# Adding first tank mate: Mystery Snail



## Sivan (Aug 30, 2010)

Hey hey hey. I never added a tank mate before and I can really only have a snail in my 5 gallon. I was just wondering: How do I add the snail into my betta tank? Do you acclimate snails? Do you put them in isolation first? How do you know if it gets sick? Do bettas ever attack them?

I am rather partial to the golden apple snails at PetSmart that they are calling mystery snails. What would be good food for them? Better yet, how do I stop my betta from eating the snail food? I'd appreciate it if anyone could answer my questions and let me know of anything important I haven't thought of yet.

Thanks.


----------



## teeneythebetta (Apr 29, 2012)

For info on feeding apple snails go here: http://www.applesnail.net/content/care.php

My suggestion is to quarantine the snail for 2 weeks. The reason for this is that if your snail is carrying a fish illness, the illness/parasite will die if it has no host over that time period. Your snail will be fine without a heater until you put it in your betta's tank. I'm not sure if they are sensitive to temperature changes but I float my snails if the temp is more than 10 degrees change. 
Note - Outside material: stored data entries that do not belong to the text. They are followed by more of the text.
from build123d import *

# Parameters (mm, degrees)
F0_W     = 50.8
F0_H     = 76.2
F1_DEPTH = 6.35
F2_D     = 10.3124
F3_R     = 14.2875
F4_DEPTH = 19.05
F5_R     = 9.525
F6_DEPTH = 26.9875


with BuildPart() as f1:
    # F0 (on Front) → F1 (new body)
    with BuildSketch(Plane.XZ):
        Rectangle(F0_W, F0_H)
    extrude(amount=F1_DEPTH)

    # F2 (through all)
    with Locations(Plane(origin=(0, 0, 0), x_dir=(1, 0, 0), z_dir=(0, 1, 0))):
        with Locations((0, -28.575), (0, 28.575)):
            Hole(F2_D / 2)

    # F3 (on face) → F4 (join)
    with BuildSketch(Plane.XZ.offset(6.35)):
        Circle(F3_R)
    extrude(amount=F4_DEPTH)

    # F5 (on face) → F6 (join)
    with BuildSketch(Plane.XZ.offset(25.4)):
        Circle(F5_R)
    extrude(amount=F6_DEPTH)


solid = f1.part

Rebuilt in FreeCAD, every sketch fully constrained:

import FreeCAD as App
import Part
import Sketcher

V = App.Vector
Q = App.Units.Quantity

doc = App.newDocument("Part")
body = doc.addObject("PartDesign::Body", "Body")

sketch1 = body.newObject("Sketcher::SketchObject", "Sketch")
sketch1.AttachmentSupport = (doc.getObject("XZ_Plane"), [""])
sketch1.MapMode = "FlatFace"
sketch1.addGeometry(Part.LineSegment(V(-25, 38, 0), V(-25, -38, 0)), False)
sketch1.addGeometry(Part.LineSegment(V(-25, -38, 0), V(25, -38, 0)), False)
sketch1.addGeometry(Part.LineSegment(V(25, -38, 0), V(25, 38, 0)), False)
sketch1.addGeometry(Part.LineSegment(V(25, 38, 0), V(-25, 38, 0)), False)
sketch1.addConstraint(Sketcher.Constraint("Coincident", 0, 2, 1, 1))
sketch1.addConstraint(Sketcher.Constraint("Coincident", 1, 2, 2, 1))
sketch1.addConstraint(Sketcher.Constraint("Coincident", 2, 2, 3, 1))
sketch1.addConstraint(Sketcher.Constraint("Coincident", 3, 2, 0, 1))
sketch1.addConstraint(Sketcher.Constraint("Vertical", 0))
sketch1.addConstraint(Sketcher.Constraint("Horizontal", 1))
sketch1.addConstraint(Sketcher.Constraint("Vertical", 2))
sketch1.addConstraint(Sketcher.Constraint("Horizontal", 3))
sketch1.addConstraint(Sketcher.Constraint("Symmetric", 0, 2, 2, 2, -1, 1))
sketch1.addConstraint(Sketcher.Constraint("DistanceX", 1, 1, 1, 2, Q("2 in")))
sketch1.addConstraint(Sketcher.Constraint("DistanceY", 0, 2, 0, 1, Q("3 in")))
pad1 = body.newObject("PartDesign::Pad", "Pad")
pad1.Profile = sketch1
pad1.Length = Q("0.25 in")

sketch2 = body.newObject("Sketcher::SketchObject", "Sketch001")
sketch2.AttachmentSupport = (doc.getObject("XZ_Plane"), [""])
sketch2.MapMode = "FlatFace"
sketch2.addGeometry(Part.Circle(V(0, 29, 0), V(0, 0, 1), 5), False)
sketch2.addGeometry(Part.Circle(V(0, -29, 0), V(0, 0, 1), 5), False)
sketch2.addConstraint(Sketcher.Constraint("Equal", 0, 1))
sketch2.addConstraint(Sketcher.Constraint("Symmetric", 0, 3, 1, 3, -1, 1))
sketch2.addConstraint(Sketcher.Constraint("PointOnObject", 0, 3, -2))
sketch2.addConstraint(Sketcher.Constraint("Diameter", 0, Q("0.406 in")))
sketch2.addConstraint(Sketcher.Constraint("DistanceY", 1, 3, 0, 3, Q("2.25 in")))
doc.recompute()
hole = body.newObject("PartDesign::Hole", "Hole")
hole.Profile = sketch2
hole.ThreadType = "None"
hole.Diameter = Q("0.406 in")
hole.DepthType = "ThroughAll"
hole.Reversed = True

sketch3 = body.newObject("Sketcher::SketchObject", "Sketch002")
sketch3.AttachmentSupport = (doc.getObject("XZ_Plane"), [""])
sketch3.MapMode = "FlatFace"
sketch3.AttachmentOffset = App.Placement(V(0, 0, 0.25 * 25.4), App.Rotation())
sketch3.addGeometry(Part.Circle(V(0, 0, 0), V(0, 0, 1), 14), False)
sketch3.addConstraint(Sketcher.Constraint("Coincident", 0, 3, -1, 1))
sketch3.addConstraint(Sketcher.Constraint("Diameter", 0, Q("1.125 in")))
pad2 = body.newObject("PartDesign::Pad", "Pad001")
pad2.Profile = sketch3
pad2.Length = Q("0.75 in")

sketch4 = body.newObject("Sketcher::SketchObject", "Sketch003")
sketch4.AttachmentSupport = (doc.getObject("XZ_Plane"), [""])
sketch4.MapMode = "FlatFace"
sketch4.AttachmentOffset = App.Placement(V(0, 0, 1 * 25.4), App.Rotation())
sketch4.addGeometry(Part.Circle(V(0, 0, 0), V(0, 0, 1), 10), False)
sketch4.addConstraint(Sketcher.Constraint("Coincident", 0, 3, -1, 1))
sketch4.addConstraint(Sketcher.Constraint("Diameter", 0, Q("0.75 in")))
pad3 = body.newObject("PartDesign::Pad", "Pad002")
pad3.Profile = sketch4
pad3.Length = Q("1.0625 in")

doc.recompute()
Don't forget if you ever need to treat your betta with any sort of salt to remove your snail, they're sensitive to that.


----------



## Sivan (Aug 30, 2010)

Thank you! I never considered aquarium salt effecting the snail...which should have been obvious.


----------



## teeneythebetta (Apr 29, 2012)

Sivan said:


> Thank you! I never considered aquarium salt effecting the snail...which should have been obvious.


Haha. I Was helping someone a few days ago with a sick betta, they told me they went & got AQ salt & meds and also a snail. They put the snail right into the tank with salt, I told them to remove it. They said it was just sitting there when it was in the salt water but once in the regular water it was zipping around the tank


----------



## Sivan (Aug 30, 2010)

How cute! I am looking forward to getting one now.


----------